>>

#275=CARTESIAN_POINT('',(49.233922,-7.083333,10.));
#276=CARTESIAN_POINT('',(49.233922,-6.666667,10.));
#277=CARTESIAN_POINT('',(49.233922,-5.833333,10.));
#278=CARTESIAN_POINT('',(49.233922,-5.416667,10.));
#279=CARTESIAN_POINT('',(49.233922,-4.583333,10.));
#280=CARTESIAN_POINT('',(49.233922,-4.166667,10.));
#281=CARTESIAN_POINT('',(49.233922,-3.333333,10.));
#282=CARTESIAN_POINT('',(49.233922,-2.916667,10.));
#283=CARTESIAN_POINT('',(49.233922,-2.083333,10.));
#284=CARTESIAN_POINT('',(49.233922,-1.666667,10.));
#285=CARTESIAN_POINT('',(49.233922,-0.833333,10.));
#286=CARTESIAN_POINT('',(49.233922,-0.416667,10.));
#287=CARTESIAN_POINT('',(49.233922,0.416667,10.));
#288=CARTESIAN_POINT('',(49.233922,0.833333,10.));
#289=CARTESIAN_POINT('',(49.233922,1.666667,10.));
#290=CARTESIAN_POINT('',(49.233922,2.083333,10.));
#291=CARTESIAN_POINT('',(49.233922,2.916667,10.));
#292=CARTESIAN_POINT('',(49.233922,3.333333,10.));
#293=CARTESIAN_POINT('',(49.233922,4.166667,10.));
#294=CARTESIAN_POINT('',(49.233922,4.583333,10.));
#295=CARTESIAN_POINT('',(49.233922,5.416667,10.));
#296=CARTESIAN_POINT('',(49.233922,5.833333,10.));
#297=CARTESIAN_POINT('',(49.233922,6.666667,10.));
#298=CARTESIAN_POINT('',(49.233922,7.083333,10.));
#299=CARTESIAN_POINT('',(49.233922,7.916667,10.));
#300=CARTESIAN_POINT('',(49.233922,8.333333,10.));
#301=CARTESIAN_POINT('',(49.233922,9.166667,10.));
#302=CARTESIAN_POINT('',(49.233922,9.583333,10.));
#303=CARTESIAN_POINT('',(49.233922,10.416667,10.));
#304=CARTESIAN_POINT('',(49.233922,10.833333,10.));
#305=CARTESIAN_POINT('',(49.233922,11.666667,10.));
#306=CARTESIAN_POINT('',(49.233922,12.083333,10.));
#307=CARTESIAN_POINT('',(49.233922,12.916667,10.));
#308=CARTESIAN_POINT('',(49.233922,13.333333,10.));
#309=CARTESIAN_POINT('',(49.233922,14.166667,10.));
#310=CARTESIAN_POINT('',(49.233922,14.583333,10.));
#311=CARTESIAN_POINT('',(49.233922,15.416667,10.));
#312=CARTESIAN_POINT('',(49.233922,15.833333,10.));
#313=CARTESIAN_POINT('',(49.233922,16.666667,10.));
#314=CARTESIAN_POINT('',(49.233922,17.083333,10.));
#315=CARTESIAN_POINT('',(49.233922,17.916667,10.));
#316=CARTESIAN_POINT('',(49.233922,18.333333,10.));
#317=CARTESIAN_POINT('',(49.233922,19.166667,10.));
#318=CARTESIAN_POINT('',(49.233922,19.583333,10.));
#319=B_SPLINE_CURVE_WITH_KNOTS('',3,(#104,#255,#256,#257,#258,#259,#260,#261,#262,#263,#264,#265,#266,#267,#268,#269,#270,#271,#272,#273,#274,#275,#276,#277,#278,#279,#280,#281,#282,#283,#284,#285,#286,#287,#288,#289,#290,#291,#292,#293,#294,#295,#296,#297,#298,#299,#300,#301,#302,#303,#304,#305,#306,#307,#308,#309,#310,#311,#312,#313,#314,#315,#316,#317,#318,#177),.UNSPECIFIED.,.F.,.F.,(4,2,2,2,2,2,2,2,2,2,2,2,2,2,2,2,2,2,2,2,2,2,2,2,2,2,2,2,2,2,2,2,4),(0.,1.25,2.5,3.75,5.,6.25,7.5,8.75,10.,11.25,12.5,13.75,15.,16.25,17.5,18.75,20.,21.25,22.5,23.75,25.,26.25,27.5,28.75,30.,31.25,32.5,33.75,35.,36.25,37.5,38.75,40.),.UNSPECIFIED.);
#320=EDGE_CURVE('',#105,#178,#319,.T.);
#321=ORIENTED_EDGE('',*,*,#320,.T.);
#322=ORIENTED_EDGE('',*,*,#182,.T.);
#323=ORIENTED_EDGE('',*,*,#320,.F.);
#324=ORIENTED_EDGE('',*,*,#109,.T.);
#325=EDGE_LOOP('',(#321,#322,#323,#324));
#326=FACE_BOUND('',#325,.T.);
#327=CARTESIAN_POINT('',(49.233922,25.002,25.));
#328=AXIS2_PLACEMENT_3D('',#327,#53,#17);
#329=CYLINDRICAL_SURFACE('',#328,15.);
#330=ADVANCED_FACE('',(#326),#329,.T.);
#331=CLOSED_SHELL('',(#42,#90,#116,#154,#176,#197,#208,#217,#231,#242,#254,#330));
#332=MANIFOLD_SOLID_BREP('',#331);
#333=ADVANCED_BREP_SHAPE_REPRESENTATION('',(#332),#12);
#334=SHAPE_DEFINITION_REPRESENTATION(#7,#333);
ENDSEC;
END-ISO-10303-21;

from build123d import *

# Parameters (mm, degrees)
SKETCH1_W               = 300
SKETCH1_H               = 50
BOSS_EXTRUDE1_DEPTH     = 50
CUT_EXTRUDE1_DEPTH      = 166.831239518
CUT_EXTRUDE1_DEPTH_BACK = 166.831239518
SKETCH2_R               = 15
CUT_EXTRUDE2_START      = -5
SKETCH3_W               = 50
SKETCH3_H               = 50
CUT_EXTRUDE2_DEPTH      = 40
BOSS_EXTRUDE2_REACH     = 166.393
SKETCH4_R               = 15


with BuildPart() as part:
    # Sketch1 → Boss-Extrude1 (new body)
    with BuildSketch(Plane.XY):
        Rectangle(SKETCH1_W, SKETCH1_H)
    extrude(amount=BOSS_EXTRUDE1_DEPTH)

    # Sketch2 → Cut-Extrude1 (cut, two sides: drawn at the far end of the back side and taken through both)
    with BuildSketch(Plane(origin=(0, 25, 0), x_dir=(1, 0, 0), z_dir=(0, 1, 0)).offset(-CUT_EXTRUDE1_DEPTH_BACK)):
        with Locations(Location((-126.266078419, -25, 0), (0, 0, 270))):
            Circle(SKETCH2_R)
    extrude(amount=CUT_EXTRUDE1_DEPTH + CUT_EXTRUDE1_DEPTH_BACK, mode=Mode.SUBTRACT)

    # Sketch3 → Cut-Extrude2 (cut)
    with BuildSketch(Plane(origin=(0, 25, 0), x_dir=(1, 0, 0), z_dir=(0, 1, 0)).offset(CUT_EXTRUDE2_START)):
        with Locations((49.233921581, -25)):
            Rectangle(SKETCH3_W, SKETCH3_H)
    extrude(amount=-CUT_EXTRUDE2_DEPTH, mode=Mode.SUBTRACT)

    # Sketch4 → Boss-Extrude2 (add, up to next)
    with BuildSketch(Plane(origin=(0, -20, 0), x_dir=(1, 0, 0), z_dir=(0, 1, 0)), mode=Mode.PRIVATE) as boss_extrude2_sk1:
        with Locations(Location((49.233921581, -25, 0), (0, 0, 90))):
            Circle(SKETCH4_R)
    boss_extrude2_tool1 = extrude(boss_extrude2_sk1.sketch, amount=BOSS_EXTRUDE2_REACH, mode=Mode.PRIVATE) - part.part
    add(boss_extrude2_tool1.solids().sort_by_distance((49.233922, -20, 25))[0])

<<

ACTIVITY >>
What lines in the data include the string "origin"? Copy each one.

ANSWER SPACE >>
    with BuildSketch(Plane(origin=(0, 25, 0), x_dir=(1, 0, 0), z_dir=(0, 1, 0)).offset(-CUT_EXTRUDE1_DEPTH_BACK)):
    with BuildSketch(Plane(origin=(0, 25, 0), x_dir=(1, 0, 0), z_dir=(0, 1, 0)).offset(CUT_EXTRUDE2_START)):
    with BuildSketch(Plane(origin=(0, -20, 0), x_dir=(1, 0, 0), z_dir=(0, 1, 0)), mode=Mode.PRIVATE) as boss_extrude2_sk1:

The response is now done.